» MATERIAL SHOWN:
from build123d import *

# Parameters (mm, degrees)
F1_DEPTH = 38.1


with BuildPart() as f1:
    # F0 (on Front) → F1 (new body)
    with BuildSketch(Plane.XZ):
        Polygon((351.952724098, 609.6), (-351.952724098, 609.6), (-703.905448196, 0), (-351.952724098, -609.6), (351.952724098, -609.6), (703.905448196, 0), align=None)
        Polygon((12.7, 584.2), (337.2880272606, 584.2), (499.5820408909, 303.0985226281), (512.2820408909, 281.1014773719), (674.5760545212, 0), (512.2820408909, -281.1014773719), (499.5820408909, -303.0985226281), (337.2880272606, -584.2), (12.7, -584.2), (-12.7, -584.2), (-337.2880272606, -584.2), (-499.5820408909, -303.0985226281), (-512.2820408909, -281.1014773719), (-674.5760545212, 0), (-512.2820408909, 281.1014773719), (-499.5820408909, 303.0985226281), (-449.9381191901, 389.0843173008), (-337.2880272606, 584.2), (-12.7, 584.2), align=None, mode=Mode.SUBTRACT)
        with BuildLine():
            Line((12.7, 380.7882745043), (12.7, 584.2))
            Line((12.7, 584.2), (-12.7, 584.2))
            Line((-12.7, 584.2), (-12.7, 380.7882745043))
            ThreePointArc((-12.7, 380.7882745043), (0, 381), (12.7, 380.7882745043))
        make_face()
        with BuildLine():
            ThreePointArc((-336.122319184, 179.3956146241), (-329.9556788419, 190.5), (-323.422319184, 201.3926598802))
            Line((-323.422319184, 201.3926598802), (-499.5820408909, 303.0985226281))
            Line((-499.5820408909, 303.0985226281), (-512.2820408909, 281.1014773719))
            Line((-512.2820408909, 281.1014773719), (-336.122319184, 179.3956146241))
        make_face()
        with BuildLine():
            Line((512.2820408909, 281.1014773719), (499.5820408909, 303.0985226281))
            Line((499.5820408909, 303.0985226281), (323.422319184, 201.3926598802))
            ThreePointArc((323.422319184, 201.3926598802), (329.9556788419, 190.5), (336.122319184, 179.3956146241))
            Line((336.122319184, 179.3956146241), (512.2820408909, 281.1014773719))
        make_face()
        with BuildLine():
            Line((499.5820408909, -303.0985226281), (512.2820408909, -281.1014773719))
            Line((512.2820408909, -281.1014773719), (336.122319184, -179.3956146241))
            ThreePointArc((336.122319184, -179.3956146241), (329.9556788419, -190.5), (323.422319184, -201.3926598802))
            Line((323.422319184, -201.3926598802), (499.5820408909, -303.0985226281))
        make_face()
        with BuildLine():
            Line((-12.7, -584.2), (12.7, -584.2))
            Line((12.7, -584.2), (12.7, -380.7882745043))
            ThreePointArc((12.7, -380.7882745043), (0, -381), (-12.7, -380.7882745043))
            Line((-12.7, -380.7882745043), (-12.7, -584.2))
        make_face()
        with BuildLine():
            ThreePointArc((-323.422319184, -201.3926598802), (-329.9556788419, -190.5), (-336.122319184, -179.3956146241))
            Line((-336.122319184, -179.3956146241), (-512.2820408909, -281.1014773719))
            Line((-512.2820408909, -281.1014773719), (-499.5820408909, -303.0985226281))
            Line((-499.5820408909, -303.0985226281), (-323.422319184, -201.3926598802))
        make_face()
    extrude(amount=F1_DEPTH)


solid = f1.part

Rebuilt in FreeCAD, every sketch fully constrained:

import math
import FreeCAD as App
import Part
import Sketcher
Q = App.Units.Quantity


def add_polygon(sketch, points):
    """Adds a closed chain of lines whose ends are joined by coincident constraints."""
    first, n = sketch.GeometryCount, len(points)
    for a, b in zip(points, points[1:] + points[:1]):
        sketch.addGeometry(Part.LineSegment(App.Vector(*a, 0), App.Vector(*b, 0)), False)
    for i in range(n):
        sketch.addConstraint(Sketcher.Constraint("Coincident", first + i, 2, first + (i + 1) % n, 1))

doc = App.newDocument("Part")
body = doc.addObject("PartDesign::Body", "Body")

# Sketch on XZ plane
sketch1 = doc.addObject("Sketcher::SketchObject", "Sketch")
body.addObject(sketch1)
sketch1.AttachmentSupport = (doc.XZ_Plane, [""])
sketch1.MapMode = "FlatFace"
add_polygon(sketch1, [(352, 610), (-352, 610), (-704, 0), (-352, -610), (352, -610), (704, 0)])  # lines 0-5
sketch1.addGeometry(Part.LineSegment(App.Vector(-337, 584, 0), App.Vector(-13, 584, 0)), False)  # 6
sketch1.addGeometry(Part.LineSegment(App.Vector(-13, 584, 0), App.Vector(-13, 381, 0)), False)  # 7
sketch1.addGeometry(Part.ArcOfCircle(Part.Circle(App.Vector(0, 0, 0), App.Vector(0, 0, 1), 381), math.radians(88.09), math.radians(91.91)), False)  # 8
sketch1.addGeometry(Part.LineSegment(App.Vector(13, 381, 0), App.Vector(13, 584, 0)), False)  # 9
sketch1.addGeometry(Part.LineSegment(App.Vector(13, 584, 0), App.Vector(337, 584, 0)), False)  # 10
sketch1.addGeometry(Part.LineSegment(App.Vector(337, 584, 0), App.Vector(500, 303, 0)), False)  # 11
sketch1.addGeometry(Part.LineSegment(App.Vector(500, 303, 0), App.Vector(323, 201, 0)), False)  # 12
sketch1.addGeometry(Part.ArcOfCircle(Part.Circle(App.Vector(0, 0, 0), App.Vector(0, 0, 1), 381), math.radians(28.09), math.radians(31.91)), False)  # 13
sketch1.addGeometry(Part.LineSegment(App.Vector(336, 179, 0), App.Vector(512, 281, 0)), False)  # 14
sketch1.addGeometry(Part.LineSegment(App.Vector(512, 281, 0), App.Vector(675, 0, 0)), False)  # 15
sketch1.addGeometry(Part.LineSegment(App.Vector(675, 0, 0), App.Vector(512, -281, 0)), False)  # 16
sketch1.addGeometry(Part.LineSegment(App.Vector(512, -281, 0), App.Vector(336, -179, 0)), False)  # 17
sketch1.addGeometry(Part.ArcOfCircle(Part.Circle(App.Vector(0, 0, 0), App.Vector(0, 0, 1), 381), math.radians(-31.91), math.radians(-28.09)), False)  # 18
sketch1.addGeometry(Part.LineSegment(App.Vector(323, -201, 0), App.Vector(500, -303, 0)), False)  # 19
sketch1.addGeometry(Part.LineSegment(App.Vector(500, -303, 0), App.Vector(337, -584, 0)), False)  # 20
sketch1.addGeometry(Part.LineSegment(App.Vector(337, -584, 0), App.Vector(13, -584, 0)), False)  # 21
sketch1.addGeometry(Part.LineSegment(App.Vector(13, -584, 0), App.Vector(13, -381, 0)), False)  # 22
sketch1.addGeometry(Part.ArcOfCircle(Part.Circle(App.Vector(0, 0, 0), App.Vector(0, 0, 1), 381), math.radians(-91.91), math.radians(-88.09)), False)  # 23
sketch1.addGeometry(Part.LineSegment(App.Vector(-13, -381, 0), App.Vector(-13, -584, 0)), False)  # 24
sketch1.addGeometry(Part.LineSegment(App.Vector(-13, -584, 0), App.Vector(-337, -584, 0)), False)  # 25
sketch1.addGeometry(Part.LineSegment(App.Vector(-337, -584, 0), App.Vector(-500, -303, 0)), False)  # 26
sketch1.addGeometry(Part.LineSegment(App.Vector(-500, -303, 0), App.Vector(-323, -201, 0)), False)  # 27
sketch1.addGeometry(Part.ArcOfCircle(Part.Circle(App.Vector(0, 0, 0), App.Vector(0, 0, 1), 381), math.radians(-151.91), math.radians(-148.09)), False)  # 28
sketch1.addGeometry(Part.LineSegment(App.Vector(-336, -179, 0), App.Vector(-512, -281, 0)), False)  # 29
sketch1.addGeometry(Part.LineSegment(App.Vector(-512, -281, 0), App.Vector(-675, 0, 0)), False)  # 30
sketch1.addGeometry(Part.LineSegment(App.Vector(-675, 0, 0), App.Vector(-512, 281, 0)), False)  # 31
sketch1.addGeometry(Part.LineSegment(App.Vector(-512, 281, 0), App.Vector(-336, 179, 0)), False)  # 32
sketch1.addGeometry(Part.ArcOfCircle(Part.Circle(App.Vector(0, 0, 0), App.Vector(0, 0, 1), 381), math.radians(148.09), math.radians(151.91)), False)  # 33
sketch1.addGeometry(Part.LineSegment(App.Vector(-323, 201, 0), App.Vector(-500, 303, 0)), False)  # 34
sketch1.addGeometry(Part.LineSegment(App.Vector(-500, 303, 0), App.Vector(-337, 584, 0)), False)  # 35
sketch1.addConstraint([
    Sketcher.Constraint("Coincident", 6, 2, 7, 1),
    Sketcher.Constraint("Coincident", 7, 2, 8, 2),
    Sketcher.Constraint("Coincident", 8, 1, 9, 1),
    Sketcher.Constraint("Coincident", 9, 2, 10, 1),
    Sketcher.Constraint("Coincident", 10, 2, 11, 1),
    Sketcher.Constraint("Coincident", 11, 2, 12, 1),
    Sketcher.Constraint("Coincident", 12, 2, 13, 2),
    Sketcher.Constraint("Coincident", 13, 1, 14, 1),
    Sketcher.Constraint("Coincident", 14, 2, 15, 1),
    Sketcher.Constraint("Coincident", 15, 2, 16, 1),
    Sketcher.Constraint("Coincident", 16, 2, 17, 1),
    Sketcher.Constraint("Coincident", 17, 2, 18, 2),
    Sketcher.Constraint("Coincident", 18, 1, 19, 1),
    Sketcher.Constraint("Coincident", 19, 2, 20, 1),
    Sketcher.Constraint("Coincident", 20, 2, 21, 1),
    Sketcher.Constraint("Coincident", 21, 2, 22, 1),
    Sketcher.Constraint("Coincident", 22, 2, 23, 2),
    Sketcher.Constraint("Coincident", 23, 1, 24, 1),
    Sketcher.Constraint("Coincident", 24, 2, 25, 1),
    Sketcher.Constraint("Coincident", 25, 2, 26, 1),
    Sketcher.Constraint("Coincident", 26, 2, 27, 1),
    Sketcher.Constraint("Coincident", 27, 2, 28, 2),
    Sketcher.Constraint("Coincident", 28, 1, 29, 1),
    Sketcher.Constraint("Coincident", 29, 2, 30, 1),
    Sketcher.Constraint("Coincident", 30, 2, 31, 1),
    Sketcher.Constraint("Coincident", 31, 2, 32, 1),
    Sketcher.Constraint("Coincident", 32, 2, 33, 2),
    Sketcher.Constraint("Coincident", 33, 1, 34, 1),
    Sketcher.Constraint("Coincident", 34, 2, 35, 1),
    Sketcher.Constraint("Coincident", 35, 2, 6, 1),
    Sketcher.Constraint("Horizontal", 0),
    Sketcher.Constraint("Horizontal", 3),
    Sketcher.Constraint("Horizontal", 6),
    Sketcher.Constraint("Vertical", 7),
    Sketcher.Constraint("Vertical", 9),
    Sketcher.Constraint("Horizontal", 10),
    Sketcher.Constraint("Horizontal", 21),
    Sketcher.Constraint("Vertical", 22),
    Sketcher.Constraint("Vertical", 24),
    Sketcher.Constraint("Horizontal", 25),
    Sketcher.Constraint("Coincident", 8, 3, -1, 1),
    Sketcher.Constraint("Coincident", 13, 3, -1, 1),
    Sketcher.Constraint("Coincident", 18, 3, -1, 1),
    Sketcher.Constraint("Coincident", 23, 3, -1, 1),
    Sketcher.Constraint("Coincident", 28, 3, -1, 1),
    Sketcher.Constraint("Coincident", 33, 3, -1, 1),
    Sketcher.Constraint("Equal", 8, 13),
    Sketcher.Constraint("Equal", 13, 18),
    Sketcher.Constraint("Equal", 18, 23),
    Sketcher.Constraint("Equal", 23, 28),
    Sketcher.Constraint("Equal", 28, 33),
    Sketcher.Constraint("Symmetric", 0, 2, 3, 2, -1, 1),
    Sketcher.Constraint("Symmetric", 1, 2, 4, 2, -1, 1),
    Sketcher.Constraint("Symmetric", 6, 2, 21, 2, -1, 1),
    Sketcher.Constraint("Symmetric", 9, 2, 24, 2, -1, 1),
    Sketcher.Constraint("Symmetric", 11, 2, 26, 2, -1, 1),
    Sketcher.Constraint("Symmetric", 14, 2, 29, 2, -1, 1),
    Sketcher.Constraint("Symmetric", 15, 2, 30, 2, -1, 1),
    Sketcher.Constraint("Symmetric", 16, 2, 31, 2, -1, 1),
    Sketcher.Constraint("Symmetric", 19, 2, 34, 2, -1, 1),
    Sketcher.Constraint("Symmetric", 6, 2, 9, 2, -2),
    Sketcher.Constraint("Symmetric", 19, 2, 26, 2, -2),
    Sketcher.Constraint("Symmetric", 16, 2, 29, 2, -2),
    Sketcher.Constraint("PointOnObject", 1, 2, -1),
    Sketcher.Constraint("PointOnObject", 15, 2, -1),
    Sketcher.Constraint("Parallel", 2, 5),
    Sketcher.Constraint("Parallel", 5, 11),
    Sketcher.Constraint("Perpendicular", 11, 12),
    Sketcher.Constraint("Parallel", 12, 14),
    Sketcher.Constraint("Perpendicular", 14, 15),
    Sketcher.Constraint("Parallel", 4, 16),
    Sketcher.Constraint("Perpendicular", 16, 17),
    Sketcher.Constraint("Parallel", 17, 19),
    Sketcher.Constraint("Perpendicular", 19, 20),
    Sketcher.Constraint("Parallel", 15, 26),
    Sketcher.Constraint("Perpendicular", 26, 27),
    Sketcher.Constraint("Parallel", 27, 29),
    Sketcher.Constraint("Perpendicular", 31, 32),
    Sketcher.Constraint("Parallel", 32, 34),
    Sketcher.Constraint("Perpendicular", 34, 35),
    Sketcher.Constraint("Equal", 12, 14),
    Sketcher.Constraint("Equal", 11, 15),
    Sketcher.Constraint("Radius", 8, Q("15 in")),
    Sketcher.Constraint("DistanceY", -1, 1, 0, 2, Q("24 in")),
    Sketcher.Constraint("DistanceY", -1, 1, 6, 2, Q("23 in")),
    Sketcher.Constraint("Angle", 1, Q("-120 deg")),
    Sketcher.Constraint("DistanceX", 6, 2, 9, 2, Q("1 in")),
    Sketcher.Constraint("DistanceX", 11, 2, 14, 2, Q("0.5 in")),
    Sketcher.Constraint("DistanceX", 0, 2, 0, 1, Q("703.905448 mm")),
    Sketcher.Constraint("DistanceX", 6, 1, 6, 2, Q("324.588027 mm")),
])
pad1 = doc.addObject("PartDesign::Pad", "Pad")
body.addObject(pad1)
pad1.Profile = sketch1
pad1.Length = Q("1.5 in")

doc.recompute()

» REQUIRED ACTION:
With the line holding "Line((-12.7, 584.2), (-12.7, 380.7882745043))" as the first and the line holding "Line((12.7, -584.2), (12.7, -380.7882745043))" as the last, set down that range of the entries above exactly, and nothing else.

» YOUR RESPONSE:
            Line((-12.7, 584.2), (-12.7, 380.7882745043))
            ThreePointArc((-12.7, 380.7882745043), (0, 381), (12.7, 380.7882745043))
        make_face()
        with BuildLine():
            ThreePointArc((-336.122319184, 179.3956146241), (-329.9556788419, 190.5), (-323.422319184, 201.3926598802))
            Line((-323.422319184, 201.3926598802), (-499.5820408909, 303.0985226281))
            Line((-499.5820408909, 303.0985226281), (-512.2820408909, 281.1014773719))
            Line((-512.2820408909, 281.1014773719), (-336.122319184, 179.3956146241))
        make_face()
        with BuildLine():
            Line((512.2820408909, 281.1014773719), (499.5820408909, 303.0985226281))
            Line((499.5820408909, 303.0985226281), (323.422319184, 201.3926598802))
            ThreePointArc((323.422319184, 201.3926598802), (329.9556788419, 190.5), (336.122319184, 179.3956146241))
            Line((336.122319184, 179.3956146241), (512.2820408909, 281.1014773719))
        make_face()
        with BuildLine():
            Line((499.5820408909, -303.0985226281), (512.2820408909, -281.1014773719))
            Line((512.2820408909, -281.1014773719), (336.122319184, -179.3956146241))
            ThreePointArc((336.122319184, -179.3956146241), (329.9556788419, -190.5), (323.422319184, -201.3926598802))
            Line((323.422319184, -201.3926598802), (499.5820408909, -303.0985226281))
        make_face()
        with BuildLine():
            Line((-12.7, -584.2), (12.7, -584.2))
            Line((12.7, -584.2), (12.7, -380.7882745043))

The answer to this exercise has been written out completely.